### Dataset extract ###

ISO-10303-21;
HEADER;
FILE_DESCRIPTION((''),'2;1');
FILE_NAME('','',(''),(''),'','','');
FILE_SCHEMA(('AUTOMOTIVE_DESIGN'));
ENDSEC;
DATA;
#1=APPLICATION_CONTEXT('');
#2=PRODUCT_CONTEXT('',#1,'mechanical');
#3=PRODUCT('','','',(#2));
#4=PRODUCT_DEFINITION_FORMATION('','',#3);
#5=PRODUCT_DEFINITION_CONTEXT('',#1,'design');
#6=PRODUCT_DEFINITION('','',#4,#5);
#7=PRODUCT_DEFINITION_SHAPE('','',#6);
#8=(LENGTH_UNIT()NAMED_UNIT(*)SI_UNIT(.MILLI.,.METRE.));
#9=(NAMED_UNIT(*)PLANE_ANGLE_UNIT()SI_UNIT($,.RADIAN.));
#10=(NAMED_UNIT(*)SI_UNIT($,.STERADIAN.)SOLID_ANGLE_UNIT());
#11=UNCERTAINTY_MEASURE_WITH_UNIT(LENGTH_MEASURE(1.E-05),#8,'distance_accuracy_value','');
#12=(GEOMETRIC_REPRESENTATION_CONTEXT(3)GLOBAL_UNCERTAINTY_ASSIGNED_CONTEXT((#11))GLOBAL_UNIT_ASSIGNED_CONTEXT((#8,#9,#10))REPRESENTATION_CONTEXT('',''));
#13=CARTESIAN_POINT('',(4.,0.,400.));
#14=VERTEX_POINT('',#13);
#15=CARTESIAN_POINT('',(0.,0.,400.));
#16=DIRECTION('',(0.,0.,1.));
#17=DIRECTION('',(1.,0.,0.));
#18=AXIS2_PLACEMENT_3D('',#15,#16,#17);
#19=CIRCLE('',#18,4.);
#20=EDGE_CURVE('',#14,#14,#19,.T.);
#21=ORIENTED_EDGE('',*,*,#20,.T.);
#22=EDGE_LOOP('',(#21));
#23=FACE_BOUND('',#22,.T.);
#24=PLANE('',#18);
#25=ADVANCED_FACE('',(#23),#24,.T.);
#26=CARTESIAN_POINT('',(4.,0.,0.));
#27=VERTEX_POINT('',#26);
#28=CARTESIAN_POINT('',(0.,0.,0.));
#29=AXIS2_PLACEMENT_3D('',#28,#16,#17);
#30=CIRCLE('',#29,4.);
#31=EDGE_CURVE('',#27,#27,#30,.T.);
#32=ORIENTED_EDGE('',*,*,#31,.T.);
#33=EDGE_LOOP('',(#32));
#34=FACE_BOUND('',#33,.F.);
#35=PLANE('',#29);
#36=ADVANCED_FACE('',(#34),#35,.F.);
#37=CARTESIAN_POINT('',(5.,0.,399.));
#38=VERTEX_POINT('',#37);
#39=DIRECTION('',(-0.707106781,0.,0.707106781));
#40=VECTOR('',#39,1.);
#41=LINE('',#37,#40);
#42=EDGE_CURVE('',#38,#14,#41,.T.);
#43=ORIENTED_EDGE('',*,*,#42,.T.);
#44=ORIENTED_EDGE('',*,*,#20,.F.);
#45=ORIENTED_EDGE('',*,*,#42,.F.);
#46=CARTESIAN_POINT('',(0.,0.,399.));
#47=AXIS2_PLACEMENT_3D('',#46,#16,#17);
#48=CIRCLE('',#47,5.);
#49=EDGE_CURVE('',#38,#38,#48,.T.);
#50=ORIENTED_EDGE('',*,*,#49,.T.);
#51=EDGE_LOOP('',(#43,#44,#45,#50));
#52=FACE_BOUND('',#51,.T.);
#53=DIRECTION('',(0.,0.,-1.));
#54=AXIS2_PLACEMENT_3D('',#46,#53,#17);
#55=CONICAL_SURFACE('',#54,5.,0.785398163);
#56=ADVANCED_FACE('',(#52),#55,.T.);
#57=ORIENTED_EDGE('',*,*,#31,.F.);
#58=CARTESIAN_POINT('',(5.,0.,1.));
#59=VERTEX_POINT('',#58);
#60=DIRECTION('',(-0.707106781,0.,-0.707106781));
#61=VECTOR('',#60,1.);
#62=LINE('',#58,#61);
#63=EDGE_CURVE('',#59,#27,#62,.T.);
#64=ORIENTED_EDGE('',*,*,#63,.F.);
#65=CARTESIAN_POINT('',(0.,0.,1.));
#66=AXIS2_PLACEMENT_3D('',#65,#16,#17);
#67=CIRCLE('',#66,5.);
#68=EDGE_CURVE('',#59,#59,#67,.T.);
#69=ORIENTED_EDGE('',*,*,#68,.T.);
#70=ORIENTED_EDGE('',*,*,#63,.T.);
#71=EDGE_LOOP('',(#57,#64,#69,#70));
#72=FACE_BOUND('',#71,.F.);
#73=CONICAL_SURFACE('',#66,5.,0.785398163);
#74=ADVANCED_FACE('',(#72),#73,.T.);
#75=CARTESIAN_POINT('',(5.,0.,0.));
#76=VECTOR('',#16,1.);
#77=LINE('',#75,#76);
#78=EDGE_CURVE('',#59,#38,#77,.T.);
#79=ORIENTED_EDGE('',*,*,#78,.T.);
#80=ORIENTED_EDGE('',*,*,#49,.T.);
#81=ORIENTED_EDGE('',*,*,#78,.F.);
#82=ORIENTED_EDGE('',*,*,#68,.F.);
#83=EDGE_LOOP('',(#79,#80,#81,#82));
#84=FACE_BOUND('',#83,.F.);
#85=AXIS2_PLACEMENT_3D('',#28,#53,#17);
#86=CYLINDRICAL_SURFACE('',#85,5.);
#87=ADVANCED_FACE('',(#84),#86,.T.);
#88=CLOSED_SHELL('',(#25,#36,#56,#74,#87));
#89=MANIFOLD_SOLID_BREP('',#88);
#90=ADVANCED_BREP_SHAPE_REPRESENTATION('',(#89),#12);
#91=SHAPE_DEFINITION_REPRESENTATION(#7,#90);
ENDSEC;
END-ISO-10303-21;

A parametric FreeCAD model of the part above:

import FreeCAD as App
import Part
import Sketcher
from FreeCAD import Vector


def edges_at(feature, points):
    """Names of the edges that pass closest to the given points."""
    edges = feature.Shape.Edges
    near = lambda p: min(range(len(edges)), key=lambda i: edges[i].distToShape(Part.Vertex(*p))[0])
    return sorted({f"Edge{near(p) + 1}" for p in points})

doc = App.newDocument("Part")
body = doc.addObject("PartDesign::Body", "Body")

sketch1 = body.newObject("Sketcher::SketchObject", "Sketch")
sketch1.AttachmentSupport = (doc.getObject("XY_Plane"), [""])
sketch1.MapMode = "FlatFace"
sketch1.addGeometry(Part.Circle(Vector(0, 0, 0), Vector(0, 0, 1), 5), False)
sketch1.addConstraint(Sketcher.Constraint("Coincident", 0, 3, -1, 1))
sketch1.addConstraint(Sketcher.Constraint("Diameter", 0, 10.0))
pad1 = body.newObject("PartDesign::Pad", "Pad")
pad1.Profile = sketch1
pad1.Length = 400
doc.recompute()

chamfer = body.newObject("PartDesign::Chamfer", "Chamfer")
chamfer.Base = (pad1, edges_at(pad1, [(-5, 0, 400), (-5, 0, 0)]))
chamfer.Size = 1

doc.recompute()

###

**What is expected**
Look above for the line holding "#33=EDGE_LOOP('',(#32));" and the line holding "#74=ADVANCED_FACE('',(#72),#73,.T.);", then output exactly those two lines and every line between them, nothing more.

**Finished exercise**
#33=EDGE_LOOP('',(#32));
#34=FACE_BOUND('',#33,.F.);
#35=PLANE('',#29);
#36=ADVANCED_FACE('',(#34),#35,.F.);
#37=CARTESIAN_POINT('',(5.,0.,399.));
#38=VERTEX_POINT('',#37);
#39=DIRECTION('',(-0.707106781,0.,0.707106781));
#40=VECTOR('',#39,1.);
#41=LINE('',#37,#40);
#42=EDGE_CURVE('',#38,#14,#41,.T.);
#43=ORIENTED_EDGE('',*,*,#42,.T.);
#44=ORIENTED_EDGE('',*,*,#20,.F.);
#45=ORIENTED_EDGE('',*,*,#42,.F.);
#46=CARTESIAN_POINT('',(0.,0.,399.));
#47=AXIS2_PLACEMENT_3D('',#46,#16,#17);
#48=CIRCLE('',#47,5.);
#49=EDGE_CURVE('',#38,#38,#48,.T.);
#50=ORIENTED_EDGE('',*,*,#49,.T.);
#51=EDGE_LOOP('',(#43,#44,#45,#50));
#52=FACE_BOUND('',#51,.T.);
#53=DIRECTION('',(0.,0.,-1.));
#54=AXIS2_PLACEMENT_3D('',#46,#53,#17);
#55=CONICAL_SURFACE('',#54,5.,0.785398163);
#56=ADVANCED_FACE('',(#52),#55,.T.);
#57=ORIENTED_EDGE('',*,*,#31,.F.);
#58=CARTESIAN_POINT('',(5.,0.,1.));
#59=VERTEX_POINT('',#58);
#60=DIRECTION('',(-0.707106781,0.,-0.707106781));
#61=VECTOR('',#60,1.);
#62=LINE('',#58,#61);
#63=EDGE_CURVE('',#59,#27,#62,.T.);
#64=ORIENTED_EDGE('',*,*,#63,.F.);
#65=CARTESIAN_POINT('',(0.,0.,1.));
#66=AXIS2_PLACEMENT_3D('',#65,#16,#17);
#67=CIRCLE('',#66,5.);
#68=EDGE_CURVE('',#59,#59,#67,.T.);
#69=ORIENTED_EDGE('',*,*,#68,.T.);
#70=ORIENTED_EDGE('',*,*,#63,.T.);
#71=EDGE_LOOP('',(#57,#64,#69,#70));
#72=FACE_BOUND('',#71,.F.);
#73=CONICAL_SURFACE('',#66,5.,0.785398163);
#74=ADVANCED_FACE('',(#72),#73,.T.);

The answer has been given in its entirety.